Extracted information:
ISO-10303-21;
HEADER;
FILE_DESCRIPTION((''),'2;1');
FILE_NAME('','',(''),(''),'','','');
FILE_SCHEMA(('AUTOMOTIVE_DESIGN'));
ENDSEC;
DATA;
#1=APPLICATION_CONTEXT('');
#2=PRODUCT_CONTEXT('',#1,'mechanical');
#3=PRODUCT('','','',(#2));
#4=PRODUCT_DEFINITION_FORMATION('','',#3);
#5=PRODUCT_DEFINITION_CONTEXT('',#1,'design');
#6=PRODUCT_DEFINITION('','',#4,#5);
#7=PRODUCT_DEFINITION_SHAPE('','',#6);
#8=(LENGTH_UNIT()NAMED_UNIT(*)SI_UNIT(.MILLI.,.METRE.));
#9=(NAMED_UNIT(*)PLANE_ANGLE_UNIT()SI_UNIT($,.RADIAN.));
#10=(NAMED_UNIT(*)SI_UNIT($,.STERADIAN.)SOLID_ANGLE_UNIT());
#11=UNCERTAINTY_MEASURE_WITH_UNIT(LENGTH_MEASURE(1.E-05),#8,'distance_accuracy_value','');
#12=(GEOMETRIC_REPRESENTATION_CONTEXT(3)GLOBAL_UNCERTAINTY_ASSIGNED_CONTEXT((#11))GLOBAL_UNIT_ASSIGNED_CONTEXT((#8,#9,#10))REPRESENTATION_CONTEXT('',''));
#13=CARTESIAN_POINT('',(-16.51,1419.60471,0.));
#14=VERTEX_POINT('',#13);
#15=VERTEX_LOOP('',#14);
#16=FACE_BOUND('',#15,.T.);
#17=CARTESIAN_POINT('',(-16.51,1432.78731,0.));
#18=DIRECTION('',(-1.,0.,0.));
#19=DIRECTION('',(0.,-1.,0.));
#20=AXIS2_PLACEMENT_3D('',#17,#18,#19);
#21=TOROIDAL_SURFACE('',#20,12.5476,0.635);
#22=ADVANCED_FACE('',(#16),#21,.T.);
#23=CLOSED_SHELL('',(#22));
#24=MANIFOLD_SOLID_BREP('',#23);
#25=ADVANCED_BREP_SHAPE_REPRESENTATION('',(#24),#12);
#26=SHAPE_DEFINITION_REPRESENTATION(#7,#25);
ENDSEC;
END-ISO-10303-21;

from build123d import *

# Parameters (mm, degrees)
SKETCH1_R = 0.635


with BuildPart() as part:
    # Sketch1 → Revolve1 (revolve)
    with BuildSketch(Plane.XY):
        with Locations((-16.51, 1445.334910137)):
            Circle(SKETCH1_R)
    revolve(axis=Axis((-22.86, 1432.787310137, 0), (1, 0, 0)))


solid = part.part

---

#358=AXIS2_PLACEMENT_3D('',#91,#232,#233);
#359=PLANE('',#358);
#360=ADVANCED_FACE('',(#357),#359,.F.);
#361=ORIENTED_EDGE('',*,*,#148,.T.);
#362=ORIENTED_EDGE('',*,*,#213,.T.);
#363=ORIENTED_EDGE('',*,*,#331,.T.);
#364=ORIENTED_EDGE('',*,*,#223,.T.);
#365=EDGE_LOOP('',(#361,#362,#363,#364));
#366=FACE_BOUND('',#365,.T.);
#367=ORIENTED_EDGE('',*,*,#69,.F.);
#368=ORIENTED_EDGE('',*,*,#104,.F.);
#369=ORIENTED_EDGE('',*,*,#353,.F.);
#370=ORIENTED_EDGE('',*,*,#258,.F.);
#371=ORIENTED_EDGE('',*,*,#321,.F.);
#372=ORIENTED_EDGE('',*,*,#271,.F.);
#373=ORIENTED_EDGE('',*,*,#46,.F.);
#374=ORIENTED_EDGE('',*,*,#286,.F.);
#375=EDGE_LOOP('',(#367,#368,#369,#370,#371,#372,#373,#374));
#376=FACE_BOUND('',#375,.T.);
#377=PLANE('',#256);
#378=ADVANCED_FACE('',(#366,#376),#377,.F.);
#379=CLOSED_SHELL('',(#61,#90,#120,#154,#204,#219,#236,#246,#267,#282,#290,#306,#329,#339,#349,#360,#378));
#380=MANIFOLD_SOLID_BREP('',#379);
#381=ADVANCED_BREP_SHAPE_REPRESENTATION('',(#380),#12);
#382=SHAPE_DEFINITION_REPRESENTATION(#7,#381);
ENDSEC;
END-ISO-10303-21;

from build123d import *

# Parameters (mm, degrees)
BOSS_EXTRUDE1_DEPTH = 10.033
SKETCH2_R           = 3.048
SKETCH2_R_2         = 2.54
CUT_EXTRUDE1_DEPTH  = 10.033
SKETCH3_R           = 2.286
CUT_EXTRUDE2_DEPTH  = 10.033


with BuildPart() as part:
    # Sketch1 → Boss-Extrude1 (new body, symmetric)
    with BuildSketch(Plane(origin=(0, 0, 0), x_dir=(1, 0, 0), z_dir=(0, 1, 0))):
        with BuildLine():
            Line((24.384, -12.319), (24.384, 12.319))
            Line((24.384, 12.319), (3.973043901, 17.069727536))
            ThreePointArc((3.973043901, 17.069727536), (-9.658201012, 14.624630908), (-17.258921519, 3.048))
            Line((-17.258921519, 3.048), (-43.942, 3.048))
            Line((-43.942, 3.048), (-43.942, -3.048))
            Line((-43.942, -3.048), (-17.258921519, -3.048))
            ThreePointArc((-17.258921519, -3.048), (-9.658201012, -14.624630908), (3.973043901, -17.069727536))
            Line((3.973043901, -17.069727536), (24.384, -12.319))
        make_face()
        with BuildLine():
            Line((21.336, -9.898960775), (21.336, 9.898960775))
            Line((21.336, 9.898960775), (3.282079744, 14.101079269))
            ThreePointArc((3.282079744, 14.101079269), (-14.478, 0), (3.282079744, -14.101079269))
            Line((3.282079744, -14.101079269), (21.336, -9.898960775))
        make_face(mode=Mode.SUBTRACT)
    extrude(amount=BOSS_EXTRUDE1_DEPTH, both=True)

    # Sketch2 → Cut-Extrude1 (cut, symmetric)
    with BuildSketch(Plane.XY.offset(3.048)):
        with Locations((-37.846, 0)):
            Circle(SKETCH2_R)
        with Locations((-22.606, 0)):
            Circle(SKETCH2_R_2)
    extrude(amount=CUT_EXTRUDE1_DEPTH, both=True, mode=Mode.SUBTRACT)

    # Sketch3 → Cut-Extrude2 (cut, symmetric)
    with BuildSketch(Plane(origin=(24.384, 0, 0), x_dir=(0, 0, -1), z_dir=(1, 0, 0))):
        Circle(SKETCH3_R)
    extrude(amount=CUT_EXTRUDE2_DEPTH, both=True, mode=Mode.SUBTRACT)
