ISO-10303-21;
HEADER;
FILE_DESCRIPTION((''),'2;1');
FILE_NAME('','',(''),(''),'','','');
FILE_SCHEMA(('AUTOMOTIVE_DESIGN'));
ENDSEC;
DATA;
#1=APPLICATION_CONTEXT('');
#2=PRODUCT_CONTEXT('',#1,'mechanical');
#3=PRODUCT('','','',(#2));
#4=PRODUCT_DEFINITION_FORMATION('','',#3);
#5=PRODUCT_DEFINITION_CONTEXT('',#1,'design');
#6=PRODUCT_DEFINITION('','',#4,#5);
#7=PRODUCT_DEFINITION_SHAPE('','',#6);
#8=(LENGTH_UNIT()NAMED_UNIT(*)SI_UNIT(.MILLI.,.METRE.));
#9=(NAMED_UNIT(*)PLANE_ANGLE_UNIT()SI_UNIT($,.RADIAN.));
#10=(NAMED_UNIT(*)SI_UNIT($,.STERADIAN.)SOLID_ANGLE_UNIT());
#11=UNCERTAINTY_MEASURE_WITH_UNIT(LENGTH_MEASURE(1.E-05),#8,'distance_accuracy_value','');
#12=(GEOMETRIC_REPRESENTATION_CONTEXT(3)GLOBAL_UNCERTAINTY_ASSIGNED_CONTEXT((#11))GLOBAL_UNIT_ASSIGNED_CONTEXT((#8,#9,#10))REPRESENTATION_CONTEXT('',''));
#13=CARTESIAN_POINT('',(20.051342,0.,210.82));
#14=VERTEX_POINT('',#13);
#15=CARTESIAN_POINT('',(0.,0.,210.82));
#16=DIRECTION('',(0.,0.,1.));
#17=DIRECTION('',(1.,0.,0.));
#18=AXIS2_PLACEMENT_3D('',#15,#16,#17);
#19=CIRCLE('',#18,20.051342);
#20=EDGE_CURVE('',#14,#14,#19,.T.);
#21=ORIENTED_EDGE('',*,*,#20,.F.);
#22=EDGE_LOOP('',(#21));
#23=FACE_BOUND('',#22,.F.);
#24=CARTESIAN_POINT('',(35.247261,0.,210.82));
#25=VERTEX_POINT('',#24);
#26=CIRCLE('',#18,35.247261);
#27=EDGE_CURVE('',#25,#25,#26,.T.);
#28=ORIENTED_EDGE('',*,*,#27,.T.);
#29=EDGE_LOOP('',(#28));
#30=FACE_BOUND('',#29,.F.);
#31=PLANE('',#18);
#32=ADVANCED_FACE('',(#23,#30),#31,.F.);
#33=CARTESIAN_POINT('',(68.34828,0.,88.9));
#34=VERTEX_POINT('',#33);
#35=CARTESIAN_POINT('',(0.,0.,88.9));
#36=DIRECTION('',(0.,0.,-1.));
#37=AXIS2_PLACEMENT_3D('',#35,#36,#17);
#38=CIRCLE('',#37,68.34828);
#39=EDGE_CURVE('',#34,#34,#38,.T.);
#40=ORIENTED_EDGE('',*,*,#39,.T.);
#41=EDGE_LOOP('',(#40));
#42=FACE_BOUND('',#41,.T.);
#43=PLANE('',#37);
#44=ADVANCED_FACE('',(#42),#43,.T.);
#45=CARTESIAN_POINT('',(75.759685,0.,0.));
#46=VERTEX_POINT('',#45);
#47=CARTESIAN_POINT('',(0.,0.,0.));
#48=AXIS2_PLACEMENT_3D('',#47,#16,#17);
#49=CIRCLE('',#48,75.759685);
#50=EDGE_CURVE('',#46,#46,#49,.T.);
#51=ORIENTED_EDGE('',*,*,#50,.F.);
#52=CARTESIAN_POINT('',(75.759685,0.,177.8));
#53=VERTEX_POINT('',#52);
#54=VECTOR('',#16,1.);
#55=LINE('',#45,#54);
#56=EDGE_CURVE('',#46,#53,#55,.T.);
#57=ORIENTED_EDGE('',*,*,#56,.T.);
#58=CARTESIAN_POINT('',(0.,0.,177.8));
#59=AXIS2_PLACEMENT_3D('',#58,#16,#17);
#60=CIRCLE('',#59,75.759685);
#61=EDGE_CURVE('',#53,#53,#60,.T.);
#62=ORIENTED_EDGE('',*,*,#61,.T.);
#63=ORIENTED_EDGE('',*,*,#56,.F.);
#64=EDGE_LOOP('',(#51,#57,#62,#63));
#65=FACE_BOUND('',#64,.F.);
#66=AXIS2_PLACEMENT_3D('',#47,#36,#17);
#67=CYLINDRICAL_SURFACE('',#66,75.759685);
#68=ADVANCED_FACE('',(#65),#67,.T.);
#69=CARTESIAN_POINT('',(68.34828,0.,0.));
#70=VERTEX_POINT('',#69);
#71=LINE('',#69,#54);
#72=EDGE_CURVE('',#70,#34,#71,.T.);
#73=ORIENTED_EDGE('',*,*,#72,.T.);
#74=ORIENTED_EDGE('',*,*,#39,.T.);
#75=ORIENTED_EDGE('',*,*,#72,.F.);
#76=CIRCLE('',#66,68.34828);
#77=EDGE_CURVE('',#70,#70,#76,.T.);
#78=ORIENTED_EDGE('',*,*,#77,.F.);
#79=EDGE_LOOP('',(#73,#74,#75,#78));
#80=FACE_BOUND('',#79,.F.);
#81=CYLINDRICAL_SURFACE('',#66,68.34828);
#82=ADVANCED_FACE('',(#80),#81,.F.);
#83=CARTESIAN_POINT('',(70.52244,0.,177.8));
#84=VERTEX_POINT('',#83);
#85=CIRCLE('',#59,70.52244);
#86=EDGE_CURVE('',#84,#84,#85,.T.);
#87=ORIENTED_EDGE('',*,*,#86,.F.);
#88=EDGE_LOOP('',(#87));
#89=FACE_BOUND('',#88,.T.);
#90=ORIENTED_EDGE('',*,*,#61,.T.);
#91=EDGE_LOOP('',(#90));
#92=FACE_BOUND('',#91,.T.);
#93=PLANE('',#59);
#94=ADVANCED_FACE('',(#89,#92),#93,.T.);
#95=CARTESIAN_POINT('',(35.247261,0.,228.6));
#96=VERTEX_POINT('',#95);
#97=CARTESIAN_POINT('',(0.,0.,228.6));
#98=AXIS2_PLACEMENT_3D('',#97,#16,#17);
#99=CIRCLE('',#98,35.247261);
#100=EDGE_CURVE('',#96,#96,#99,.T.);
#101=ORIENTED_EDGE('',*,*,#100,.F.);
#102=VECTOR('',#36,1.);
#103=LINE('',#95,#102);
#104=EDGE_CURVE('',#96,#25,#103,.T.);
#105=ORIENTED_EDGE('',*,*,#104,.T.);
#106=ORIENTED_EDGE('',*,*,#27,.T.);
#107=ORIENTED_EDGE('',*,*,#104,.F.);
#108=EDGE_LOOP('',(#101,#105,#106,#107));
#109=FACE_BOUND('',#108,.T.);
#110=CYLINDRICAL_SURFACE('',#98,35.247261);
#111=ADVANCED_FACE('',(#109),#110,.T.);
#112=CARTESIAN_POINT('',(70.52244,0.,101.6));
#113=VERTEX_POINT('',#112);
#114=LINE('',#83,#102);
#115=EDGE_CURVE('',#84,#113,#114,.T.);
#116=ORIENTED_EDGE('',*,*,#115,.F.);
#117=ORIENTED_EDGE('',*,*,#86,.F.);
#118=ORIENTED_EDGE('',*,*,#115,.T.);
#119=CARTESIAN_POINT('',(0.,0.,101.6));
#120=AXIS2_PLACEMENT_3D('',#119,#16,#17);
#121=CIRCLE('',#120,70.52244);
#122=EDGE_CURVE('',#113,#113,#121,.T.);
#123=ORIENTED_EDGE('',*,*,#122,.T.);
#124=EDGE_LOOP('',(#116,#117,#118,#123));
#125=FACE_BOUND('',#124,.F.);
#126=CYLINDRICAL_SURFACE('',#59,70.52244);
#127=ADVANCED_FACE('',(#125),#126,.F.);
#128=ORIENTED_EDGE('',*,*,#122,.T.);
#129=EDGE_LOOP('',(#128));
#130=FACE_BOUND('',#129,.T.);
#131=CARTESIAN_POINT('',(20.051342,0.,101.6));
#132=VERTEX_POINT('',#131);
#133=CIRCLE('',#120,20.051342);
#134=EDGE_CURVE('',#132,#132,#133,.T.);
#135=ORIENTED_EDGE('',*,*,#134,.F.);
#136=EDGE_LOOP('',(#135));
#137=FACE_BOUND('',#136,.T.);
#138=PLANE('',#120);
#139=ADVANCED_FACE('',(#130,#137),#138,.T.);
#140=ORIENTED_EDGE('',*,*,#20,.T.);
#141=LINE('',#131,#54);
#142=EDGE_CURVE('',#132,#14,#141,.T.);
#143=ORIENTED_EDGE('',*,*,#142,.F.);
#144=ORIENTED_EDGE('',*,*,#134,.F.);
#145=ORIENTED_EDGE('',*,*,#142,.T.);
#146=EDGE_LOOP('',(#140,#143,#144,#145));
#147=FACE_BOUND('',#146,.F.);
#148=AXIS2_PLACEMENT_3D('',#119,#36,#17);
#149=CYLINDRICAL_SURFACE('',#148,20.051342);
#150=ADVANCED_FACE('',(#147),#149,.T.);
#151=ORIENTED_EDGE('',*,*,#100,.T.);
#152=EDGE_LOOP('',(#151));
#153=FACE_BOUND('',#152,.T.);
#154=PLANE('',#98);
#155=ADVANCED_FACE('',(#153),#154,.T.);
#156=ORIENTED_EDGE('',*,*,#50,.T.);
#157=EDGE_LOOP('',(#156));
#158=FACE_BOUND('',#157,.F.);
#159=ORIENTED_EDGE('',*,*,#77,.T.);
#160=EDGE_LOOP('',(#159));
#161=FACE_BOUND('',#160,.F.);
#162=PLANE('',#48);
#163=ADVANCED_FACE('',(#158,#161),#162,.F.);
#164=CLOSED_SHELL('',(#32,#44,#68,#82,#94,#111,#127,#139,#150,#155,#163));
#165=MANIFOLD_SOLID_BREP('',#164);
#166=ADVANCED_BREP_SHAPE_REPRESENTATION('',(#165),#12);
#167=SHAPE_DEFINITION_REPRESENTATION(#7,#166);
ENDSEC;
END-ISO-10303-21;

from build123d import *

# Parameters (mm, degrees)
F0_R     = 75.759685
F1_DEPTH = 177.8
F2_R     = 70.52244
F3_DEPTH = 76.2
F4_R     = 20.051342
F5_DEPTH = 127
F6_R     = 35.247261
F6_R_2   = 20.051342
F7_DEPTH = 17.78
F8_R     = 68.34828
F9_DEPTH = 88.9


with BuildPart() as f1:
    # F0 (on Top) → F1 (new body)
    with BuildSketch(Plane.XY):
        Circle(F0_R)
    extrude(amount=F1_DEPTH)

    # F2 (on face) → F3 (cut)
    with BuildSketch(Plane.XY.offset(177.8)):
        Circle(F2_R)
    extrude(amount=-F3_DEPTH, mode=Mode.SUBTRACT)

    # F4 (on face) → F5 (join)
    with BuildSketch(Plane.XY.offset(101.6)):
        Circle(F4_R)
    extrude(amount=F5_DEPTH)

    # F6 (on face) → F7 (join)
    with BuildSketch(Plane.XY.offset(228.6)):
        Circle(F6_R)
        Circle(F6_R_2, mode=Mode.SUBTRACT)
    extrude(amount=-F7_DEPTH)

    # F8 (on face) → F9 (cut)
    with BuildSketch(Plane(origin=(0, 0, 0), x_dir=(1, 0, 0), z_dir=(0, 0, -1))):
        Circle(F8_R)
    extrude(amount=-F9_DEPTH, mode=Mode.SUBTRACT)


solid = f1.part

Activity: The line above containing "#88=EDGE_LOOP('',(#87));", the line containing "#107=ORIENTED_EDGE('',*,*,#104,.F.);", and every line between them are to be transcribed exactly; no other line is wanted.

Result of the task:
#88=EDGE_LOOP('',(#87));
#89=FACE_BOUND('',#88,.T.);
#90=ORIENTED_EDGE('',*,*,#61,.T.);
#91=EDGE_LOOP('',(#90));
#92=FACE_BOUND('',#91,.T.);
#93=PLANE('',#59);
#94=ADVANCED_FACE('',(#89,#92),#93,.T.);
#95=CARTESIAN_POINT('',(35.247261,0.,228.6));
#96=VERTEX_POINT('',#95);
#97=CARTESIAN_POINT('',(0.,0.,228.6));
#98=AXIS2_PLACEMENT_3D('',#97,#16,#17);
#99=CIRCLE('',#98,35.247261);
#100=EDGE_CURVE('',#96,#96,#99,.T.);
#101=ORIENTED_EDGE('',*,*,#100,.F.);
#102=VECTOR('',#36,1.);
#103=LINE('',#95,#102);
#104=EDGE_CURVE('',#96,#25,#103,.T.);
#105=ORIENTED_EDGE('',*,*,#104,.T.);
#106=ORIENTED_EDGE('',*,*,#27,.T.);
#107=ORIENTED_EDGE('',*,*,#104,.F.);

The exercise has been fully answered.